We conducted a European multicenter retrospective study of patients treated with isavuconazole for proven or probable CA between 2014 and 2022 and compared the outcomes with those of weighted control groups from the previously published French national cohort of CA, the Cerebral Aspergillosis Lesional Study (CEREALS).

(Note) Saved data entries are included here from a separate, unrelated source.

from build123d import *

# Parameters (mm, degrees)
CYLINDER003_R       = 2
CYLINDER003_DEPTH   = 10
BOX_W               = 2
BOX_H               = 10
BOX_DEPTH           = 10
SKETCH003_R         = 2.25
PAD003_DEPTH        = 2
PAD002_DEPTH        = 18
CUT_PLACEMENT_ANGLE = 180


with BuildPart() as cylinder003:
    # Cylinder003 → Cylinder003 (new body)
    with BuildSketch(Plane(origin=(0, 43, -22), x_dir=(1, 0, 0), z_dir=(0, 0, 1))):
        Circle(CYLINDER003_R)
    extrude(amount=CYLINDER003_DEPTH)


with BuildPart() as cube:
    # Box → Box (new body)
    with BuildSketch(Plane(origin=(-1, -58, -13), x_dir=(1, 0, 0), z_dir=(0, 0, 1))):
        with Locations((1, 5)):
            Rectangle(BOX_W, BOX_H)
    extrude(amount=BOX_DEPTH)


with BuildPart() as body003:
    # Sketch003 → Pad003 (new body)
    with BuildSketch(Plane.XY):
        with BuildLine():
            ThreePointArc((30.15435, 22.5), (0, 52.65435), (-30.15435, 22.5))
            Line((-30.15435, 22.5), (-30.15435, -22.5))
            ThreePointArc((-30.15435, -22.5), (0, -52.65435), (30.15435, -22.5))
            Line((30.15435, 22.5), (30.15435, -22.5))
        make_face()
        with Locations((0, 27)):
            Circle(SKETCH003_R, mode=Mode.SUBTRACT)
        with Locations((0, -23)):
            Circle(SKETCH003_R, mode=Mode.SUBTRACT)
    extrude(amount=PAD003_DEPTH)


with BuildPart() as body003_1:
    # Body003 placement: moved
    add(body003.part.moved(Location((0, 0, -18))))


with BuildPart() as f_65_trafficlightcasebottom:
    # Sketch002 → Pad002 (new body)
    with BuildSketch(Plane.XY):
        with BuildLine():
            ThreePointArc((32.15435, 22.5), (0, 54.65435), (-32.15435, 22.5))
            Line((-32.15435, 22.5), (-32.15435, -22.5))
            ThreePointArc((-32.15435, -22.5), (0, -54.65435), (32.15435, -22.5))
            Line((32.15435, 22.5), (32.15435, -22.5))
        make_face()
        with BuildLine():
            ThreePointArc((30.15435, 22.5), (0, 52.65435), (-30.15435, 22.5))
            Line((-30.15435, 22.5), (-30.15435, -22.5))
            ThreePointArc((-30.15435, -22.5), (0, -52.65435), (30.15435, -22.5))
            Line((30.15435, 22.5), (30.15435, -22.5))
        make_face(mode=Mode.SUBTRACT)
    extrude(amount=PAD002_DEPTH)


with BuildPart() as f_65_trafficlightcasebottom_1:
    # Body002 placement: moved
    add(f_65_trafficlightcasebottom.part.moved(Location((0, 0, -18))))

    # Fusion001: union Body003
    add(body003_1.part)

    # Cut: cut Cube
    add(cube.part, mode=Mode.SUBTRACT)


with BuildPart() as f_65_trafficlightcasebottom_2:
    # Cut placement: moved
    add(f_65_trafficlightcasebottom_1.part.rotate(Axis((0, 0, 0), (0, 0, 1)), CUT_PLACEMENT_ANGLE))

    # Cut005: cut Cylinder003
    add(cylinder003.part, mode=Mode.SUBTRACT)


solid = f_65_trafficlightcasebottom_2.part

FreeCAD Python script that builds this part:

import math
import FreeCAD as App
import Part
import Sketcher

V = App.Vector
Q = App.Units.Quantity

doc = App.newDocument("Part")
params = doc.addObject("Spreadsheet::Sheet", "Params")
for row, (alias, value) in enumerate([
    ("sketch1_diameter", "4 mm"),
    ("pad1_length", "10 mm"),
    ("sketch2_width", "2 mm"),
    ("sketch2_height", "10 mm"),
    ("pad2_length", "10 mm"),
    ("sketch3_diameter", "4.5 mm"),
    ("sketch3_height", "45 mm"),
    ("pad3_length", "2 mm"),
    ("sketch4_height", "45 mm"),
    ("pad4_length", "18 mm"),
], start=1):
    params.set(f"A{row}", alias)
    params.set(f"B{row}", "=" + value)
    params.setAlias(f"B{row}", alias)

body = doc.addObject("PartDesign::Body", "Body")

# Sketch on XY plane
sketch1 = body.newObject("Sketcher::SketchObject", "Sketch")
sketch1.AttachmentSupport = (doc.getObject("XY_Plane"), [""])
sketch1.MapMode = "FlatFace"
sketch1.AttachmentOffset = App.Placement(V(0, 0, -22), App.Rotation())
sketch1.addGeometry(Part.Circle(V(0, 43, 0), V(0, 0, 1), 2), False)
sketch1.addConstraint([
    Sketcher.Constraint("PointOnObject", 0, 3, -2),
    Sketcher.Constraint("Diameter", 0, Q("4 mm")),
    Sketcher.Constraint("DistanceY", -1, 1, 0, 3, Q("43 mm")),
])
sketch1.setExpression("Constraints[1]", "Params.sketch1_diameter")
pad1 = body.newObject("PartDesign::Pad", "Pad")
pad1.Profile = sketch1
pad1.setExpression("Length", "Params.pad1_length")
body2 = doc.addObject("PartDesign::Body", "Body001")

# Sketch on XY plane
sketch2 = body2.newObject("Sketcher::SketchObject", "Sketch001")
sketch2.AttachmentSupport = (doc.getObject("XY_Plane001"), [""])
sketch2.MapMode = "FlatFace"
sketch2.AttachmentOffset = App.Placement(V(0, 0, -13), App.Rotation())
sketch2.addGeometry([
    Part.LineSegment(V(-1, -48, 0), V(-1, -58, 0)),
    Part.LineSegment(V(-1, -58, 0), V(1, -58, 0)),
    Part.LineSegment(V(1, -58, 0), V(1, -48, 0)),
    Part.LineSegment(V(1, -48, 0), V(-1, -48, 0)),
], False)
sketch2.addConstraint([
    Sketcher.Constraint("Coincident", 0, 2, 1, 1),
    Sketcher.Constraint("Coincident", 1, 2, 2, 1),
    Sketcher.Constraint("Coincident", 2, 2, 3, 1),
    Sketcher.Constraint("Coincident", 3, 2, 0, 1),
    Sketcher.Constraint("Vertical", 0),
    Sketcher.Constraint("Horizontal", 1),
    Sketcher.Constraint("Vertical", 2),
    Sketcher.Constraint("Horizontal", 3),
    Sketcher.Constraint("DistanceX", 1, 1, 1, 2, Q("2 mm")),
    Sketcher.Constraint("DistanceY", 0, 2, 0, 1, Q("10 mm")),
    Sketcher.Constraint("DistanceX", 0, 2, -1, 1, Q("1 mm")),
    Sketcher.Constraint("DistanceY", 0, 2, -1, 1, Q("58 mm")),
])
sketch2.setExpression("Constraints[8]", "Params.sketch2_width")
sketch2.setExpression("Constraints[9]", "Params.sketch2_height")
pad2 = body2.newObject("PartDesign::Pad", "Pad001")
pad2.Profile = sketch2
pad2.setExpression("Length", "Params.pad2_length")
body3 = doc.addObject("PartDesign::Body", "Body002")

# Sketch on XY plane
sketch3 = body3.newObject("Sketcher::SketchObject", "Sketch002")
sketch3.AttachmentSupport = (doc.getObject("XY_Plane002"), [""])
sketch3.MapMode = "FlatFace"
sketch3.addGeometry([
    Part.ArcOfCircle(Part.Circle(V(0, 22.5, 0), V(0, 0, 1), 30.2), math.radians(0), math.radians(180)),  # 0
    Part.LineSegment(V(-30.2, 22.5, 0), V(-30.2, -22.5, 0)),  # 1
    Part.ArcOfCircle(Part.Circle(V(0, -22.5, 0), V(0, 0, 1), 30.2), math.radians(180), math.radians(360)),  # 2
    Part.LineSegment(V(30.2, -22.5, 0), V(30.2, 22.5, 0)),  # 3
    Part.Circle(V(0, -23, 0), V(0, 0, 1), 2.2),  # 4
    Part.Circle(V(0, 27, 0), V(0, 0, 1), 2.2),  # 5
], False)
sketch3.addConstraint([
    Sketcher.Constraint("Tangent", 0, 2, 1, 1),
    Sketcher.Constraint("Tangent", 1, 2, 2, 1),
    Sketcher.Constraint("Tangent", 2, 2, 3, 1),
    Sketcher.Constraint("Tangent", 3, 2, 0, 1),
    Sketcher.Constraint("Vertical", 1),
    Sketcher.Constraint("Vertical", 3),
    Sketcher.Constraint("Equal", 4, 5),
    Sketcher.Constraint("Symmetric", 0, 3, 2, 3, -1, 1),
    Sketcher.Constraint("PointOnObject", 4, 3, -2),
    Sketcher.Constraint("PointOnObject", 5, 3, -2),
    Sketcher.Constraint("Diameter", 4, Q("4.5 mm")),
    Sketcher.Constraint("DistanceY", 1, 2, 1, 1, Q("45 mm")),
    Sketcher.Constraint("DistanceY", 4, 3, -1, 1, Q("23 mm")),
    Sketcher.Constraint("DistanceY", -1, 1, 5, 3, Q("27 mm")),
    Sketcher.Constraint("Radius", 0, Q("30.15435 mm")),
])
sketch3.setExpression("Constraints[10]", "Params.sketch3_diameter")
sketch3.setExpression("Constraints[11]", "Params.sketch3_height")
pad3 = body3.newObject("PartDesign::Pad", "Pad002")
pad3.Profile = sketch3
pad3.setExpression("Length", "Params.pad3_length")
body4 = doc.addObject("PartDesign::Body", "Body003")
doc.recompute()

body3.Placement = App.Placement(V(0, 0, -18), App.Rotation(V(0, 0, 1), 0))
boolean = body4.newObject("PartDesign::Boolean", "Boolean")
boolean.Type = "Fuse"
boolean.addObjects([body3])
body5 = doc.addObject("PartDesign::Body", "Body004")

# Sketch on XY plane
sketch4 = body5.newObject("Sketcher::SketchObject", "Sketch003")
sketch4.AttachmentSupport = (doc.getObject("XY_Plane004"), [""])
sketch4.MapMode = "FlatFace"
sketch4.addGeometry([
    Part.ArcOfCircle(Part.Circle(V(0, 22, 0), V(0, 0, 1), 32), math.radians(0), math.radians(180)),  # 0
    Part.LineSegment(V(-32, 22, 0), V(-32, -22, 0)),  # 1
    Part.ArcOfCircle(Part.Circle(V(0, -22, 0), V(0, 0, 1), 32), math.radians(180), math.radians(360)),  # 2
    Part.LineSegment(V(32, -22, 0), V(32, 22, 0)),  # 3
    Part.ArcOfCircle(Part.Circle(V(0, 22, 0), V(0, 0, 1), 30), math.radians(0), math.radians(180)),  # 4
    Part.LineSegment(V(30, 22, 0), V(30, -22, 0)),  # 5
    Part.ArcOfCircle(Part.Circle(V(0, -22, 0), V(0, 0, 1), 30), math.radians(180), math.radians(360)),  # 6
    Part.LineSegment(V(-30, -22, 0), V(-30, 22, 0)),  # 7
], False)
sketch4.addConstraint([
    Sketcher.Constraint("Tangent", 0, 2, 1, 1),
    Sketcher.Constraint("Tangent", 1, 2, 2, 1),
    Sketcher.Constraint("Tangent", 2, 2, 3, 1),
    Sketcher.Constraint("Tangent", 3, 2, 0, 1),
    Sketcher.Constraint("Tangent", 4, 1, 5, 1),
    Sketcher.Constraint("Tangent", 5, 2, 6, 2),
    Sketcher.Constraint("Tangent", 6, 1, 7, 1),
    Sketcher.Constraint("Tangent", 7, 2, 4, 2),
    Sketcher.Constraint("Vertical", 1),
    Sketcher.Constraint("Vertical", 3),
    Sketcher.Constraint("Vertical", 5),
    Sketcher.Constraint("Vertical", 7),
    Sketcher.Constraint("Coincident", 4, 3, 0, 3),
    Sketcher.Constraint("Symmetric", 0, 3, 2, 3, -1, 1),
    Sketcher.Constraint("Horizontal", 6, 3, 1, 2),
    Sketcher.Constraint("DistanceY", 1, 2, 1, 1, Q("45 mm")),
    Sketcher.Constraint("DistanceX", 4, 1, 3, 2, Q("2 mm")),
    Sketcher.Constraint("Radius", 0, Q("32.15435 mm")),
])
sketch4.setExpression("Constraints[15]", "Params.sketch4_height")
pad4 = body5.newObject("PartDesign::Pad", "Pad003")
pad4.Profile = sketch4
pad4.setExpression("Length", "Params.pad4_length")
body6 = doc.addObject("PartDesign::Body", "Body005")
doc.recompute()

body5.Placement = App.Placement(V(0, 0, -18), App.Rotation(V(0, 0, 1), 0))
boolean2 = body6.newObject("PartDesign::Boolean", "Boolean001")
boolean2.Type = "Fuse"
boolean2.addObjects([body5])
doc.recompute()

boolean3 = body6.newObject("PartDesign::Boolean", "Boolean002")
boolean3.Type = "Fuse"
boolean3.addObjects([body4])
doc.recompute()

boolean4 = body6.newObject("PartDesign::Boolean", "Boolean003")
boolean4.Type = "Cut"
boolean4.addObjects([body2])
body7 = doc.addObject("PartDesign::Body", "Body006")
doc.recompute()

body6.Placement = App.Placement(V(0, 0, 0), App.Rotation(V(0, 0, 1), 180))
boolean5 = body7.newObject("PartDesign::Boolean", "Boolean004")
boolean5.Type = "Fuse"
boolean5.addObjects([body6])
doc.recompute()

boolean6 = body7.newObject("PartDesign::Boolean", "Boolean005")
boolean6.Type = "Cut"
boolean6.addObjects([body])

doc.recompute()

Forty patients from 10 countries were included. The main underlying conditions were hematological malignancies (53%) and solid-organ transplantation (20%). Isavuconazole was administered as a first-line treatment to 10 patients, primarily in combination therapy, resulting in control of CA in 70% of these cases. Thirty patients received isavuconazole after a median of 65 days on another therapy, mostly because of side effects (50%) or therapeutic failure (23%) of the previous treatment. Predominantly given as monotherapy, it achieved control of CA in 73% of the patients. Seventeen patients (43%) underwent neurosurgery. When measured, isavuconazole levels were low in cerebrospinal fluid but adequate in serum and brain tissue. Isavuconazole toxicity led to treatment interruption in 7.5% of the patients. Twelve-week mortality was 18%. Comparison with the CEREALS cohort showed comparable survival in patients receiving isavuconazole or voriconazole as a first-line treatment.
Isavuconazole appears to be a well-tolerated treatment. Mortality of CA treated with isavuconazole is similar to that reported with voriconazole.
脑曲霉病(CA)与高死亡率相关。根据欧洲白血病感染会议和欧洲临床微生物学和传染病学会指南,所有形式曲霉病的一线推荐治疗药物是伏立康唑或伊曲康唑。然而,对于 CA 患者,伊曲康唑的疗效和安全性知之甚少。
我们进行了一项欧洲多中心回顾性研究,纳入了 2014 年至 2022 年期间使用伊曲康唑治疗确诊或疑似 CA 的患者,并将其结果与之前发表的法国 CA 全国队列(CEREALS)和脑曲霉病病变研究(CEREALS)的加权对照组进行了比较。
来自 10 个国家的 40 名患者被纳入研究。主要的基础疾病是血液系统恶性肿瘤(53%)和实体器官移植(20%)。10 名患者将伊曲康唑作为一线治疗药物,主要与联合治疗一起使用,其中 70%的患者的 CA 得到了控制。30 名患者在另一种治疗方案中位时间 65 天后开始使用伊曲康唑,主要是因为之前的治疗出现副作用(50%)或治疗失败(23%)。主要作为单药治疗,73%的患者 CA 得到了控制。17 名患者(43%)接受了神经外科手术。当测量时,伊曲康唑在脑脊液中的水平较低,但在血清和脑组织中是足够的。伊曲康唑毒性导致 7.5%的患者中断治疗。12 周死亡率为 18%。与 CEREALS 队列的比较显示,作为一线治疗药物,接受伊曲康唑或伏立康唑治疗的患者的生存率相似。
伊曲康唑似乎是一种耐受良好的治疗方法。用伊曲康唑治疗的 CA 的死亡率与用伏立康唑治疗的报道相似。